Stop after the line containing "#330=EDGE_LOOP('',(#329));"; retype every line of the data before it exactly, starting from the first.

Excerpts from a dataset
+===+

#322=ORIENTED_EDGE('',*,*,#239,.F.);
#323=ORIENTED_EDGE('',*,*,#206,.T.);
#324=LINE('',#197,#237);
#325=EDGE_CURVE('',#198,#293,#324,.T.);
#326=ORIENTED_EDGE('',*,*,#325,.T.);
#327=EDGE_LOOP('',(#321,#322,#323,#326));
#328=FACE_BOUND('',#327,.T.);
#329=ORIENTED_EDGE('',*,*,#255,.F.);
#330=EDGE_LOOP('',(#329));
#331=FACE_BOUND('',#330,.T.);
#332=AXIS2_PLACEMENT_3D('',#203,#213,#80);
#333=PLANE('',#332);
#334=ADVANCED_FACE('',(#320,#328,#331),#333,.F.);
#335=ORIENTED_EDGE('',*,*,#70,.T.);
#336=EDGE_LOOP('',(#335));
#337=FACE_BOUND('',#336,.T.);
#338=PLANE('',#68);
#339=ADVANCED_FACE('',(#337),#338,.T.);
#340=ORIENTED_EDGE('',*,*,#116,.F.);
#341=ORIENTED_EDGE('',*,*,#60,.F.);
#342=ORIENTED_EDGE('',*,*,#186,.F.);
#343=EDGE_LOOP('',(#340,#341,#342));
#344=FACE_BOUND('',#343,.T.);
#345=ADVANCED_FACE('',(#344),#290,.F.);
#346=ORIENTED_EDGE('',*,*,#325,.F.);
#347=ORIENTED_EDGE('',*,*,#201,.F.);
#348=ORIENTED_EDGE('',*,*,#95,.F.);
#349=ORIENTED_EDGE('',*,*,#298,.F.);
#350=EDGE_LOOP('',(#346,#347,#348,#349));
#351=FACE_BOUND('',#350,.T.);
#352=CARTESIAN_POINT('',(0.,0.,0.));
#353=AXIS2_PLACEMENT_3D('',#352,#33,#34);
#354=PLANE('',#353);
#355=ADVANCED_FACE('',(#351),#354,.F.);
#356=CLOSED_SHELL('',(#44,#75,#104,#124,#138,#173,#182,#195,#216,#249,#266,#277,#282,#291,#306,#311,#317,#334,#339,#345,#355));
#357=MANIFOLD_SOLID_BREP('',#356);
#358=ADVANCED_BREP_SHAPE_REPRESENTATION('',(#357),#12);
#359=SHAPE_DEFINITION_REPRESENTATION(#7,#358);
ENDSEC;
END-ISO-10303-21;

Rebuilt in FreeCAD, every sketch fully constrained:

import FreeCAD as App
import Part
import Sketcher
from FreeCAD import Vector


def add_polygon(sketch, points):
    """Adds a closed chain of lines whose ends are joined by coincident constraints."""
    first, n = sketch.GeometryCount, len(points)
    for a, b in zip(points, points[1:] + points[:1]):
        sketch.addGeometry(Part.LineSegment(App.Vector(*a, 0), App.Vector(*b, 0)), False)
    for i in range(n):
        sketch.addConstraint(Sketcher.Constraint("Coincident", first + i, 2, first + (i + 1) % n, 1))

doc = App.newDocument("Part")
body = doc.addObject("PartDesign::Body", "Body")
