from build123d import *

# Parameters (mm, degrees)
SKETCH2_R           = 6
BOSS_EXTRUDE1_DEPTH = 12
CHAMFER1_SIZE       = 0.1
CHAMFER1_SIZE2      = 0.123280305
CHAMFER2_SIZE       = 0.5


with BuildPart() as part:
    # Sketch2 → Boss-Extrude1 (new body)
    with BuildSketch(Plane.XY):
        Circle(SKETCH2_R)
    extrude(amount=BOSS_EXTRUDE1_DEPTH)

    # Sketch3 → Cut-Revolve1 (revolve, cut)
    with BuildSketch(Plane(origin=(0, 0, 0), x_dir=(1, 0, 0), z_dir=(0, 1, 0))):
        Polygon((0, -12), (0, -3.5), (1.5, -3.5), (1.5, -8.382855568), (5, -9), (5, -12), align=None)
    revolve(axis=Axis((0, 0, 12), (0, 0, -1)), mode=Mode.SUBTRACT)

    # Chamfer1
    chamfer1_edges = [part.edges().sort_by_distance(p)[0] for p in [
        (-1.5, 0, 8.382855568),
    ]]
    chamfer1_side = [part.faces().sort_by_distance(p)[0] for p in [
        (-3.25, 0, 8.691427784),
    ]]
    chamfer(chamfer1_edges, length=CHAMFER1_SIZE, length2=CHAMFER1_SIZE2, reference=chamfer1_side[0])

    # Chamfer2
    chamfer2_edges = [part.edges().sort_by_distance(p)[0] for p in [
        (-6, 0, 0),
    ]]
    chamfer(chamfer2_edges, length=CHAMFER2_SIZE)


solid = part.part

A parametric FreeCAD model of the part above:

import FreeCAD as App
import Part
import Sketcher

V = App.Vector
Q = App.Units.Quantity


def edges_at(feature, points):
    """Names of the edges that pass closest to the given points."""
    edges = feature.Shape.Edges
    near = lambda p: min(range(len(edges)), key=lambda i: edges[i].distToShape(Part.Vertex(*p))[0])
    return sorted({f"Edge{near(p) + 1}" for p in points})


def add_polygon(sketch, points):
    """Adds a closed chain of lines whose ends are joined by coincident constraints."""
    first, n = sketch.GeometryCount, len(points)
    for a, b in zip(points, points[1:] + points[:1]):
        sketch.addGeometry(Part.LineSegment(App.Vector(*a, 0), App.Vector(*b, 0)), False)
    for i in range(n):
        sketch.addConstraint(Sketcher.Constraint("Coincident", first + i, 2, first + (i + 1) % n, 1))

doc = App.newDocument("Part")
body = doc.addObject("PartDesign::Body", "Body")

sketch1 = body.newObject("Sketcher::SketchObject", "Sketch")
sketch1.AttachmentSupport = (doc.getObject("XY_Plane"), [""])
sketch1.MapMode = "FlatFace"
sketch1.addGeometry(Part.Circle(V(0, 0, 0), V(0, 0, 1), 6), False)
sketch1.addConstraint([
    Sketcher.Constraint("Coincident", 0, 3, -1, 1),
    Sketcher.Constraint("Diameter", 0, Q("12 mm")),
])
pad1 = body.newObject("PartDesign::Pad", "Pad")
pad1.Profile = sketch1
pad1.Length = 12

sketch2 = body.newObject("Sketcher::SketchObject", "Sketch001")
sketch2.AttachmentSupport = (doc.getObject("XZ_Plane"), [""])
sketch2.MapMode = "FlatFace"
add_polygon(sketch2, [(0, 3.5), (0, 12), (5, 12), (5, 9), (1.5, 8.382856), (1.5, 3.5)])
sketch2.addConstraint([
    Sketcher.Constraint("Vertical", 0),
    Sketcher.Constraint("Horizontal", 1),
    Sketcher.Constraint("Vertical", 2),
    Sketcher.Constraint("Vertical", 4),
    Sketcher.Constraint("Horizontal", 5),
    Sketcher.Constraint("PointOnObject", 0, 2, -2),
    Sketcher.Constraint("DistanceX", 1, 1, 1, 2, Q("5 mm")),
    Sketcher.Constraint("DistanceY", 2, 2, 2, 1, Q("3 mm")),
    Sketcher.Constraint("Angle", 3, Q("-170 deg")),
    Sketcher.Constraint("DistanceX", 5, 2, 5, 1, Q("1.5 mm")),
    Sketcher.Constraint("DistanceY", 0, 1, 0, 2, Q("8.5 mm")),
    Sketcher.Constraint("DistanceY", -1, 1, 0, 2, Q("12 mm")),
])
groove = body.newObject("PartDesign::Groove", "Groove")
groove.Profile = sketch2
groove.ReferenceAxis = (sketch2, ["V_Axis"])
groove.Angle = 360
doc.recompute()

chamfer = body.newObject("PartDesign::Chamfer", "Chamfer")
chamfer.Base = (groove, edges_at(groove, [(-1.5, 0, 8.383)]))
chamfer.ChamferType = "Two distances"
chamfer.Size = 0.1
chamfer.Size2 = 0.12328
doc.recompute()

chamfer2 = body.newObject("PartDesign::Chamfer", "Chamfer001")
chamfer2.Base = (chamfer, edges_at(chamfer, [(-6, 0, 0)]))
chamfer2.Size = 0.5

doc.recompute()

+===+

EXERCISE SOLUTION =>
#322=ORIENTED_EDGE('',*,*,#239,.F.);
#323=ORIENTED_EDGE('',*,*,#206,.T.);
#324=LINE('',#197,#237);
#325=EDGE_CURVE('',#198,#293,#324,.T.);
#326=ORIENTED_EDGE('',*,*,#325,.T.);
#327=EDGE_LOOP('',(#321,#322,#323,#326));
#328=FACE_BOUND('',#327,.T.);
#329=ORIENTED_EDGE('',*,*,#255,.F.);
#330=EDGE_LOOP('',(#329));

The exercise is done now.